La Vénus à la fourrure
2013
Roman Polanski
Une réputation, ça vous précède. Sorti en pleine relance sur la polémique de la pédophilie avérée de Roman Polanski, le film se heurta à l’indifférence générale malgré des critiques excessivement bonnes. Petite revanche sur son flop en salles, le réalisateur peut néanmoins se targuer d’avoir obtenu le César du meilleur réalisateur, chose pourtant étrange sachant qu’il s’agit d’un huis clos.
Transposition d’une pièce de théâtre adaptée du livre éponyme de Leopold von Sacher-Masoch, précurseur et inventeur du masochisme, le film consiste justement en une pièce autour du livre, ou plus précisément d’une audition qui tourne à la répétition. Terriblement en retard à son audition, Vanda (Emmanuelle Seigner), une niaise vulgaire, va réussir à arracher une audition à son auteur / metteur en scène Thomas (Mathieu Amalric). Ayant accepté par pitié et pour se débarrasser d’elle, il va tomber des nus en constatant le talent d’actrice qui l’anime, sa justesse et son naturel.

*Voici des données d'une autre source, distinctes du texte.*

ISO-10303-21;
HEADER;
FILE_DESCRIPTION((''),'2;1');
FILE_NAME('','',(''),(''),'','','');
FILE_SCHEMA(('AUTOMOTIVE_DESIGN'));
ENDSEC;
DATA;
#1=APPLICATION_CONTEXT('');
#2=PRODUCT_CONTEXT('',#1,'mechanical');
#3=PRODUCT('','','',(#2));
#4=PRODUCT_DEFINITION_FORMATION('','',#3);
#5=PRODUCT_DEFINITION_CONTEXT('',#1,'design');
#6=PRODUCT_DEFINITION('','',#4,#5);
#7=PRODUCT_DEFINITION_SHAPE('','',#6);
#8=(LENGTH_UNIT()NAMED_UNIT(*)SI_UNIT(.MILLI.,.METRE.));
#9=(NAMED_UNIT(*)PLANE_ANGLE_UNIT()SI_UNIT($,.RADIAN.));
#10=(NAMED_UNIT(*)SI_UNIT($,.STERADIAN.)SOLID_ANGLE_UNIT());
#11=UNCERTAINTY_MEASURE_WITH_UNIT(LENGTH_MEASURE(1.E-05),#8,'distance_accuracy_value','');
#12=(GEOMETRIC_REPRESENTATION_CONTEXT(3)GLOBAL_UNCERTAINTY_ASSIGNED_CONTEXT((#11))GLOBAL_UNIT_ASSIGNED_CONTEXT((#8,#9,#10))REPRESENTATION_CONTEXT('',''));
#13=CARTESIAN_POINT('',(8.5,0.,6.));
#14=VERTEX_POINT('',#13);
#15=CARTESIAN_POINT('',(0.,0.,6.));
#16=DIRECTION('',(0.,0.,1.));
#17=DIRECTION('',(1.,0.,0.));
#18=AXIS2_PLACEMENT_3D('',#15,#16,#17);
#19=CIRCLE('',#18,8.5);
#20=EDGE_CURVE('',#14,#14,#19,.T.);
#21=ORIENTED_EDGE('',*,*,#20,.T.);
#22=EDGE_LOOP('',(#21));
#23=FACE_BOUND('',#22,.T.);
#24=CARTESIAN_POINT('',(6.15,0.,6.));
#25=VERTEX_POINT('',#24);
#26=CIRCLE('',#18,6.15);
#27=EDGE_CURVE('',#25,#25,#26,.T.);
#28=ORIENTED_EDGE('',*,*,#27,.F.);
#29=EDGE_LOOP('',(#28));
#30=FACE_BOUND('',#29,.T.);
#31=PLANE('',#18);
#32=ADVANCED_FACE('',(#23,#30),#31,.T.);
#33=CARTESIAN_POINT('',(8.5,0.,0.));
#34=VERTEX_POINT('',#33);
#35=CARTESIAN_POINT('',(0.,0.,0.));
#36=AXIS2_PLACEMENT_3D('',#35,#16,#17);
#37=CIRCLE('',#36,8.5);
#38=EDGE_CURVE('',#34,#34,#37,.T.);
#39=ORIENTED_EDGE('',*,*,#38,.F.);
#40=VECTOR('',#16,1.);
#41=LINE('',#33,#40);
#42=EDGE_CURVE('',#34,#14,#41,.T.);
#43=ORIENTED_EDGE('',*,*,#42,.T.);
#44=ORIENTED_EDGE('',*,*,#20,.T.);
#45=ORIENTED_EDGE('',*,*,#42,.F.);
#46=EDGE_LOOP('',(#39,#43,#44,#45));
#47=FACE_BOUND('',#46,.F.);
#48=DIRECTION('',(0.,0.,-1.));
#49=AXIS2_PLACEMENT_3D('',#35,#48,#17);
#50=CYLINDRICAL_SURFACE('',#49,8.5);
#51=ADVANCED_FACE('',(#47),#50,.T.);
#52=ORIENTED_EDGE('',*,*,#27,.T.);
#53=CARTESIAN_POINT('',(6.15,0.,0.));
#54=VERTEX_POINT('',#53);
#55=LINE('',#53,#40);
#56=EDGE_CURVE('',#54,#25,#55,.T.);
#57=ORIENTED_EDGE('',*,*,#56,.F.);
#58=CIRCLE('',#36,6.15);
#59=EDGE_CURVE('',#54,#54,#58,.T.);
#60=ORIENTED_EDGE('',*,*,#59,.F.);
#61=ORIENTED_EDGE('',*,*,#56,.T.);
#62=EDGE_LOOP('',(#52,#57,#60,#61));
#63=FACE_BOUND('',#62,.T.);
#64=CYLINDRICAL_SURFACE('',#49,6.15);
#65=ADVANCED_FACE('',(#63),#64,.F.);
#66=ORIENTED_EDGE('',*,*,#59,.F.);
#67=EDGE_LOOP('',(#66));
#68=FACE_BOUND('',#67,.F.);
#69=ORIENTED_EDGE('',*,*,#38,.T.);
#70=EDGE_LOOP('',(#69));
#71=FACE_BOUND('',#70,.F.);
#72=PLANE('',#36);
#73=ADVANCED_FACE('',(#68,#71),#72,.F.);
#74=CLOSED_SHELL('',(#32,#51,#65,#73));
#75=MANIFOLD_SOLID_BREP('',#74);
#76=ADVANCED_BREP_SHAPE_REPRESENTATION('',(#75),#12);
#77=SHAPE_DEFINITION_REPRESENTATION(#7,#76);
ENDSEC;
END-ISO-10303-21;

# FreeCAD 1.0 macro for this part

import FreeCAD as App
import Part
import Sketcher

V = App.Vector
Q = App.Units.Quantity

doc = App.newDocument("Part")
params = doc.addObject("Spreadsheet::Sheet", "Params")
for row, (alias, value) in enumerate([
    ("sketch1_diameter", "17 mm"),
    ("sketch1_diameter2", "12.3 mm"),
    ("pad1_length", "6 mm"),
], start=1):
    params.set(f"A{row}", alias)
    params.set(f"B{row}", "=" + value)
    params.setAlias(f"B{row}", alias)

body = doc.addObject("PartDesign::Body", "Body")

# Sketch on XY plane
sketch1 = body.newObject("Sketcher::SketchObject", "Sketch")
sketch1.AttachmentSupport = (doc.getObject("XY_Plane"), [""])
sketch1.MapMode = "FlatFace"
sketch1.addGeometry(Part.Circle(V(0, 0, 0), V(0, 0, 1), 8), False)
sketch1.addGeometry(Part.Circle(V(0, 0, 0), V(0, 0, 1), 6), False)
sketch1.addConstraint(Sketcher.Constraint("Coincident", 0, 3, -1, 1))
sketch1.addConstraint(Sketcher.Constraint("Coincident", 1, 3, -1, 1))
sketch1.addConstraint(Sketcher.Constraint("Diameter", 0, Q("17 mm")))
sketch1.addConstraint(Sketcher.Constraint("Diameter", 1, Q("12.3 mm")))
sketch1.setExpression("Constraints[2]", "Params.sketch1_diameter")
sketch1.setExpression("Constraints[3]", "Params.sketch1_diameter2")
pad1 = body.newObject("PartDesign::Pad", "Pad")
pad1.Profile = sketch1
pad1.setExpression("Length", "Params.pad1_length")

doc.recompute()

Deux grands comédiens qui donnent vie à un texte, on connaît la jouissance que pareille élévation spirituelle peut apporter avec des films comme Alceste à Bicyclette, mais l’effet est ici décuplé. Brillant de bout en bout, le texte de cette pièce offre des dialogues inspirés et percutants, alimentés par les excellents acteurs, portés par une tension sexuelle et une aura quasi mystique. Et c’est là que le film fait très fort : il nous amène de surprise en surprise, laissant découvrir progressivement chacun des personnages tout en ajoutant un peu plus de mystère à chaque pas. On s’étonne, on se ravit, on jubile des messages à double sens, portant peu à peu le film dans le fantastique tant ce qui se joue sur cette scène improvisée est magique. Une exceptionnelle idée de départ formidablement amenée, mais on atteint rapidement le climax et la logique s’installe, rendant la suite plus monotone, prévisible. L’émerveillement se terni pour finir simplement dans la continuité des choses. Assurément un très bon film à l’interprétation implacable, à l’histoire passionnante et dont la construction subjugue, même si on émettra quelques réserves sur la seconde moitié moins percutante.